Looks good. What cure process did you use?


----------



## pc farmer (Oct 30, 2019)

Looking good.  What wood?  Pecan or cob?


----------



## Misplaced Nebraskan (Oct 30, 2019)

Looking great so far!  The brine sounds awesome for this.


----------



## foamheart (Oct 30, 2019)

Hawging It said:


> They sure are!!



Thank you!


jcam222 said:


> Looking great!! I have to start paying more attention to forming a good pellicle for mine.



Thanks!

Woodcutter made a believer outta me about pellicles. It makes all the difference.


----------



## foamheart (Oct 30, 2019)

bmudd14474 said:


> Looks good. What cure process did you use?



Thanks

I used Pop's Dad's, Fassett's brine cure. I put another belly in today. I really wanted to try a dry rub but its just too easy to jump out there with what you're used to. Everytime I want to dry rub I just procrastinate long enough to need a quick fix.


----------



## foamheart (Oct 30, 2019)

pc farmer said:


> Looking good.  What wood?  Pecan or cob?



Thanks Adam

Cob and apple, not sure about tomorrow yet. Will be the same or pecan. For some reason I like cob/apple on pork and pecan on fowl


----------



## foamheart (Oct 30, 2019)

Misplaced Nebraskan said:


> View attachment 409842
> 
> 
> Looking great so far!  The brine sounds awesome for this.



Thanks.

I like trying different stuff and the cowboy candy juice tasted great, I can smell it on the slab so hope it tastes good on the bacon.


----------



## tropics (Oct 31, 2019)

Looks great to me
Richie


----------



## SmokinAl (Oct 31, 2019)

Looks real good already!
Will be interested in seeing how much more color you get the second day.
I only do mine for 10 hours & only for one day. That seems to suit our taste.
Al


----------



## HalfSmoked (Oct 31, 2019)

Nice start this is going to be a great finish.

Warren


----------



## tx smoker (Oct 31, 2019)

Man....that's some good looking stuff!! Big LIKE. Can't wait to see round 2. When I made my first batch almost 2 years ago, I chopped the end pieces up (the stuff that wouldn't slice nicely) and made them into crumbles. Turns out that we use as many or more of the crumbles as we do the sliced bacon. I am down to 1 small bag of them left in the freezer and remembered that I had half a belly in the freezer so put it on to cure about a week ago. The weight was just over 5# and that entire thing is gonna get chopped up for crumbles after I smoke it this weekend. Hopefully that will carry us over for a while.

Loving some bacon!!
Robert


----------



## gmc2003 (Oct 31, 2019)

That looks excellent Kevin. I've got my first attempt at belly bacon sitting in the refrigerator now. Followed Disco instructions. I'm hoping I didn't screw it up and it comes out looking half as good as yours does.

Point for sure
Chris


----------



## tropics (Oct 31, 2019)

I just made another half gallon of Pops Brine for Corned Beef
Richie


----------



## tx smoker (Oct 31, 2019)

gmc2003 said:


> That looks excellent Kevin. I've got my first attempt at belly bacon sitting in the refrigerator now. Followed Disco instructions. I'm hoping I didn't screw it up and it comes out looking half as good as yours does.

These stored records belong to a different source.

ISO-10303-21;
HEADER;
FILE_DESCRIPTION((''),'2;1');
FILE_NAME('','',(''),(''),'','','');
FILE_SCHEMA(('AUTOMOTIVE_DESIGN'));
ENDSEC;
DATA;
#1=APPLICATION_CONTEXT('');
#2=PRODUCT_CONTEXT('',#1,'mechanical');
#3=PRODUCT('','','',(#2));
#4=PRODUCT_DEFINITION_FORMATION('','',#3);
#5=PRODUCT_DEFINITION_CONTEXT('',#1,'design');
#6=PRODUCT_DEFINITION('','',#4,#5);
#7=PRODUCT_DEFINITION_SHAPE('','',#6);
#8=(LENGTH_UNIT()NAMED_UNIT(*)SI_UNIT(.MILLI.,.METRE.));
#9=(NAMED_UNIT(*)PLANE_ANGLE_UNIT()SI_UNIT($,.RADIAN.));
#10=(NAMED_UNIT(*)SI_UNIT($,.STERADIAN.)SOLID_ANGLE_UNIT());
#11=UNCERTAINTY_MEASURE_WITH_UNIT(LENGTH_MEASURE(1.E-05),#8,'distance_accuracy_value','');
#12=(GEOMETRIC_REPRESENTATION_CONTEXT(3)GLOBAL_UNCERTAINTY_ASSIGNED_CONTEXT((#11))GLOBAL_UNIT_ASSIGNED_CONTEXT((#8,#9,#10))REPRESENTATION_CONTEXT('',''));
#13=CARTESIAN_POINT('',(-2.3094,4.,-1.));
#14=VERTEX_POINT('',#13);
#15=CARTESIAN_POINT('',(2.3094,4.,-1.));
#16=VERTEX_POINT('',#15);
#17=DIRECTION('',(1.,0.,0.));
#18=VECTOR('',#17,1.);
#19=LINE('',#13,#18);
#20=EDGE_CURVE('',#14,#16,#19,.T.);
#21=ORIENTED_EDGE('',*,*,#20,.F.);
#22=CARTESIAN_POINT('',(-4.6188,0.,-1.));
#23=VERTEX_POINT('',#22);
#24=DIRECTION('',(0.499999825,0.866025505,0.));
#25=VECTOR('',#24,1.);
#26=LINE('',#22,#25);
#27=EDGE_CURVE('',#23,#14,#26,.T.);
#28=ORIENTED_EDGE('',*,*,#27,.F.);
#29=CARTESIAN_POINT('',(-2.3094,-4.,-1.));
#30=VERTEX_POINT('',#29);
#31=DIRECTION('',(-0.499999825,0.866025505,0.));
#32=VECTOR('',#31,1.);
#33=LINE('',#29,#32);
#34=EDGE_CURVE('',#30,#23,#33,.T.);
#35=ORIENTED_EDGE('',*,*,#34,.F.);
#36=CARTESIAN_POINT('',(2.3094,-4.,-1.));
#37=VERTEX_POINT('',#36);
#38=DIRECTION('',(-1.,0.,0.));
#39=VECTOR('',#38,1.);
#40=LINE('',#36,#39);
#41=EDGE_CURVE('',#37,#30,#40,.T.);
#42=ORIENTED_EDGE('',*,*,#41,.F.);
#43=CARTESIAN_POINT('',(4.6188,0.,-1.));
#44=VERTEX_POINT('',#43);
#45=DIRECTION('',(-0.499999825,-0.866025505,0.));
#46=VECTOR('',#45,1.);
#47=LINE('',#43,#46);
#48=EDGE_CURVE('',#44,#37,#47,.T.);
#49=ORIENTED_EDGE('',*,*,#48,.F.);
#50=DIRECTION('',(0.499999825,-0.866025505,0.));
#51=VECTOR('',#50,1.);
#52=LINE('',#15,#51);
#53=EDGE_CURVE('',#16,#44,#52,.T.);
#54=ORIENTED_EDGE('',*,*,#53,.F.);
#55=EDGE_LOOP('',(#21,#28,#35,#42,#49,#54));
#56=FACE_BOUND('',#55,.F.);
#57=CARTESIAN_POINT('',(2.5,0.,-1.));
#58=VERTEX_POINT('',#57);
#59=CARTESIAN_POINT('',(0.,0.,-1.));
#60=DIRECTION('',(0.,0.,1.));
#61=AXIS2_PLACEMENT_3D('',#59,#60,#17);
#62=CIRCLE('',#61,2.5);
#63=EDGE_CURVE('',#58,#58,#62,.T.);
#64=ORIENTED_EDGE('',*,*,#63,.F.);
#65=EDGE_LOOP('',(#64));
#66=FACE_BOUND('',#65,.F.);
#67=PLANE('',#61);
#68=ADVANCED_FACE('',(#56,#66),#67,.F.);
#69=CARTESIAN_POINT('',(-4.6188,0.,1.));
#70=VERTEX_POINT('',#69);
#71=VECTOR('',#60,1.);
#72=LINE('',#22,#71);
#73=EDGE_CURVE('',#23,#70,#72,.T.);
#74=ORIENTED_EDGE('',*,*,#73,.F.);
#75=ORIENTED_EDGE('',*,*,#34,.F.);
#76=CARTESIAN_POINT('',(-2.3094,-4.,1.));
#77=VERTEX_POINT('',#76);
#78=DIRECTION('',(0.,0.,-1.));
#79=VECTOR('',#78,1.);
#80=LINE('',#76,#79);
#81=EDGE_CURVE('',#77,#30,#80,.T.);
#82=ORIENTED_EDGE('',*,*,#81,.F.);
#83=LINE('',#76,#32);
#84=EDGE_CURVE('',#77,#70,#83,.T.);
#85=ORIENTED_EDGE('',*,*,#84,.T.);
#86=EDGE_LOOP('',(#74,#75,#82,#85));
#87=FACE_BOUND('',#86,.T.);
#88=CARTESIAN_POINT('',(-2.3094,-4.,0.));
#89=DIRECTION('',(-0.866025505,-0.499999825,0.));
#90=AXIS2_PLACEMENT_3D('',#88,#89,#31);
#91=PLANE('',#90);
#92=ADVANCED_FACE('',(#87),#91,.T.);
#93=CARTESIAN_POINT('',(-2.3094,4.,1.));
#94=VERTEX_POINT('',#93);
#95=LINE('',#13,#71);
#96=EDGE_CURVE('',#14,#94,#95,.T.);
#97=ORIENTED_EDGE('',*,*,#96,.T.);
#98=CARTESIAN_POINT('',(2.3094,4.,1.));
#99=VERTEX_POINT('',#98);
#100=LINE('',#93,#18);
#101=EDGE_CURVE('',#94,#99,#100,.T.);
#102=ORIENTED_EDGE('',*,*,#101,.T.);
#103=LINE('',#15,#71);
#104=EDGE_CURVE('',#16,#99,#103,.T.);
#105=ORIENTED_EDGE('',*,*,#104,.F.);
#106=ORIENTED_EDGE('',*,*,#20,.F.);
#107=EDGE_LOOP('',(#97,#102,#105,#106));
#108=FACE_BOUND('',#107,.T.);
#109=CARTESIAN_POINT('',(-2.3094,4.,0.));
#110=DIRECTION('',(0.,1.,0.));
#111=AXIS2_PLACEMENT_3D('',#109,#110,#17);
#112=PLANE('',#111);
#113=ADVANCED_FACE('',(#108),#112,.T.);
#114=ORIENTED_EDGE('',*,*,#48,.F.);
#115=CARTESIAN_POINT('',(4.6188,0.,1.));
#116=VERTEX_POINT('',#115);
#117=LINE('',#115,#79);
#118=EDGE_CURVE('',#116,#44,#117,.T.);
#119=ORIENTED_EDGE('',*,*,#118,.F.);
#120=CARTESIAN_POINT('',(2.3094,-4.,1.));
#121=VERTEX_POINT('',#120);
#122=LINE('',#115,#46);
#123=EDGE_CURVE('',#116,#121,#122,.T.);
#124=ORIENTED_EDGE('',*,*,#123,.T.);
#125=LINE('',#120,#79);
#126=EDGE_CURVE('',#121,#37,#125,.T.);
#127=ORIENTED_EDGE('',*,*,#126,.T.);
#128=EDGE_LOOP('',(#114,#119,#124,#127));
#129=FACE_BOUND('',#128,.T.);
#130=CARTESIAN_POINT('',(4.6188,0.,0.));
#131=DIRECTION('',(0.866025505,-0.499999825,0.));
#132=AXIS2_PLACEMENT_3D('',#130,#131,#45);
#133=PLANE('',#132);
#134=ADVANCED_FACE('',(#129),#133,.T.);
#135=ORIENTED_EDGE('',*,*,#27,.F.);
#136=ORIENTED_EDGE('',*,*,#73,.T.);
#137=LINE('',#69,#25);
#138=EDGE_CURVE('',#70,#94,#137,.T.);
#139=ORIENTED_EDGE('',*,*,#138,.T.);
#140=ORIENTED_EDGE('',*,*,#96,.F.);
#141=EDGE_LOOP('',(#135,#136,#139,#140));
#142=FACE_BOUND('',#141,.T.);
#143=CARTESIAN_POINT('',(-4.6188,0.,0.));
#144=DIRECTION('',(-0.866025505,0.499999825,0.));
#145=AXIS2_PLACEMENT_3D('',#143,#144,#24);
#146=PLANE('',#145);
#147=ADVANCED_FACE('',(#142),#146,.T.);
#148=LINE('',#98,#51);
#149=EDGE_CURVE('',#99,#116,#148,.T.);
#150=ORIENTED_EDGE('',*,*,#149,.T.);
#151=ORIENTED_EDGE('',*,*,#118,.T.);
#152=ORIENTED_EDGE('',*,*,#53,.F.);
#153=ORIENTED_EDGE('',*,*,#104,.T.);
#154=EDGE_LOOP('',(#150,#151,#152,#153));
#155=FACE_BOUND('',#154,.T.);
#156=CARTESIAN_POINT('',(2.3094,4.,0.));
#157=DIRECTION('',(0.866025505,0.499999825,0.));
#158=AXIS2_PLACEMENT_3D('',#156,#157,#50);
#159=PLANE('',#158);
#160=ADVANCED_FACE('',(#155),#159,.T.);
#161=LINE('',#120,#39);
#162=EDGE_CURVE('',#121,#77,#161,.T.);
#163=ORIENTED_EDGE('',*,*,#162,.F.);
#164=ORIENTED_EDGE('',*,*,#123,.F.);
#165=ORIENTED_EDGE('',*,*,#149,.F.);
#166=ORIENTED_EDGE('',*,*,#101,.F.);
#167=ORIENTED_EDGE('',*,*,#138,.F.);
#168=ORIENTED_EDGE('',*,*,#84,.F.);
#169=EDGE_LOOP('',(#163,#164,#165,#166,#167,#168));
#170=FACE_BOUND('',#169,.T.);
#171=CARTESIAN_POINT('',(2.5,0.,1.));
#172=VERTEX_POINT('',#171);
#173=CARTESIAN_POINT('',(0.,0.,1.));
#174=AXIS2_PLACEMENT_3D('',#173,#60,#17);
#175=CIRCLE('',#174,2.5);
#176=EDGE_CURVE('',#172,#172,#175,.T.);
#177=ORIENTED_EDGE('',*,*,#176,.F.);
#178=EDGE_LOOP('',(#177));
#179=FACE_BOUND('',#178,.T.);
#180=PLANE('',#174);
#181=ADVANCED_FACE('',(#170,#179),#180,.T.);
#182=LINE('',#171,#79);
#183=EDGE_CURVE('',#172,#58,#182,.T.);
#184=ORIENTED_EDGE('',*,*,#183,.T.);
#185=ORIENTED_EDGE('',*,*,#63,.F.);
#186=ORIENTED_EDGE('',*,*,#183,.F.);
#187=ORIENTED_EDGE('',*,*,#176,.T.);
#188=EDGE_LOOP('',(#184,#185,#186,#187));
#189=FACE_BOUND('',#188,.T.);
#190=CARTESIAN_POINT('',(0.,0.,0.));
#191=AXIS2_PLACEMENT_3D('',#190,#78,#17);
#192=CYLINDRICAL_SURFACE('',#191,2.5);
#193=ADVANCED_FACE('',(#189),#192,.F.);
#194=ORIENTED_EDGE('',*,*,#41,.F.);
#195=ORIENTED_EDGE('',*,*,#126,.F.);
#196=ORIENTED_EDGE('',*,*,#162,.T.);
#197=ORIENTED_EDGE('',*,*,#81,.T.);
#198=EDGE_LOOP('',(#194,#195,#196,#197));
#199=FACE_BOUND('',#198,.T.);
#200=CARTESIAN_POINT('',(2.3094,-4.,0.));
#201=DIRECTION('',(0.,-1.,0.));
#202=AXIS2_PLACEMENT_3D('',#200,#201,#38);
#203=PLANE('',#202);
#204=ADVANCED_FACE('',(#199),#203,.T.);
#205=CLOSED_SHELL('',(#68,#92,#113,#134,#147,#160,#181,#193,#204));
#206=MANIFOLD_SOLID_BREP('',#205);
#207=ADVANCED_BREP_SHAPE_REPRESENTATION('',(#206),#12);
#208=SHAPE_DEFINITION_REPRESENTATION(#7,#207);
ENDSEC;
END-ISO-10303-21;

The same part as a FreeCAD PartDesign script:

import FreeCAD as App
import Part
import Sketcher
from FreeCAD import Vector
Q = App.Units.Quantity


def add_polygon(sketch, points):
    """Adds a closed chain of lines whose ends are joined by coincident constraints."""
    first, n = sketch.GeometryCount, len(points)
    for a, b in zip(points, points[1:] + points[:1]):
        sketch.addGeometry(Part.LineSegment(App.Vector(*a, 0), App.Vector(*b, 0)), False)
    for i in range(n):
        sketch.addConstraint(Sketcher.Constraint("Coincident", first + i, 2, first + (i + 1) % n, 1))

doc = App.newDocument("Part")
body = doc.addObject("PartDesign::Body", "Body")

# Sketch on XY plane
sketch1 = body.newObject("Sketcher::SketchObject", "Sketch")
sketch1.AttachmentSupport = (doc.getObject("XY_Plane"), [""])
sketch1.MapMode = "FlatFace"
add_polygon(sketch1, [(4.6, 0), (2.3, 4), (-2.3, 4), (-4.6, 0), (-2.3, -4), (2.3, -4)])  # lines 0-5
sketch1.addGeometry(Part.Circle(Vector(0, 0, 0), Vector(0, 0, 1), 2.5), False)  # 6
sketch1.addConstraint(Sketcher.Constraint("Horizontal", 1))
sketch1.addConstraint(Sketcher.Constraint("Horizontal", 4))
sketch1.addConstraint(Sketcher.Constraint("Coincident", 6, 3, -1, 1))
sketch1.addConstraint(Sketcher.Constraint("Symmetric", 0, 2, 3, 2, -1, 1))
sketch1.addConstraint(Sketcher.Constraint("Symmetric", 2, 2, 5, 2, -1, 1))
sketch1.addConstraint(Sketcher.Constraint("PointOnObject", 2, 2, -1))
sketch1.addConstraint(Sketcher.Constraint("Parallel", 2, 5))
sketch1.addConstraint(Sketcher.Constraint("Vertical", 1, 2, 3, 2))
sketch1.addConstraint(Sketcher.Constraint("Diameter", 6, 5.0))
sketch1.addConstraint(Sketcher.Constraint("DistanceY", -1, 1, 0, 2, 4.0))
sketch1.addConstraint(Sketcher.Constraint("Angle", 0, Q("120 deg")))
sketch1.addConstraint(Sketcher.Constraint("DistanceX", 1, 2, 1, 1, 4.6188))
pad1 = body.newObject("PartDesign::Pad", "Pad")
pad1.Profile = sketch1
pad1.Length = 2
pad1.Midplane = True

doc.recompute()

If you followed Disco's instructions, fear not. It'll be fantastic!! I can only bet that everybody that's done it has the same fear of screwing it up. I know I did but it was for naught. The bacon was excellent and I still thank Disco every time  I get a pack out to cook.

Robert


----------



## Smokin' in AZ (Oct 31, 2019)

Like! Foamheart....waiting.


----------



## foamheart (Oct 31, 2019)

tropics said:


> Looks great to me
> Richie



Thanks Richie


----------



## foamheart (Oct 31, 2019)

SmokinAl said:


> Looks real good already!
> Will be interested in seeing how much more color you get the second day.
> I only do mine for 10 hours & only for one day. That seems to suit our taste.
> Al



Thanks Al, oh and tell Ms Judy happy happy!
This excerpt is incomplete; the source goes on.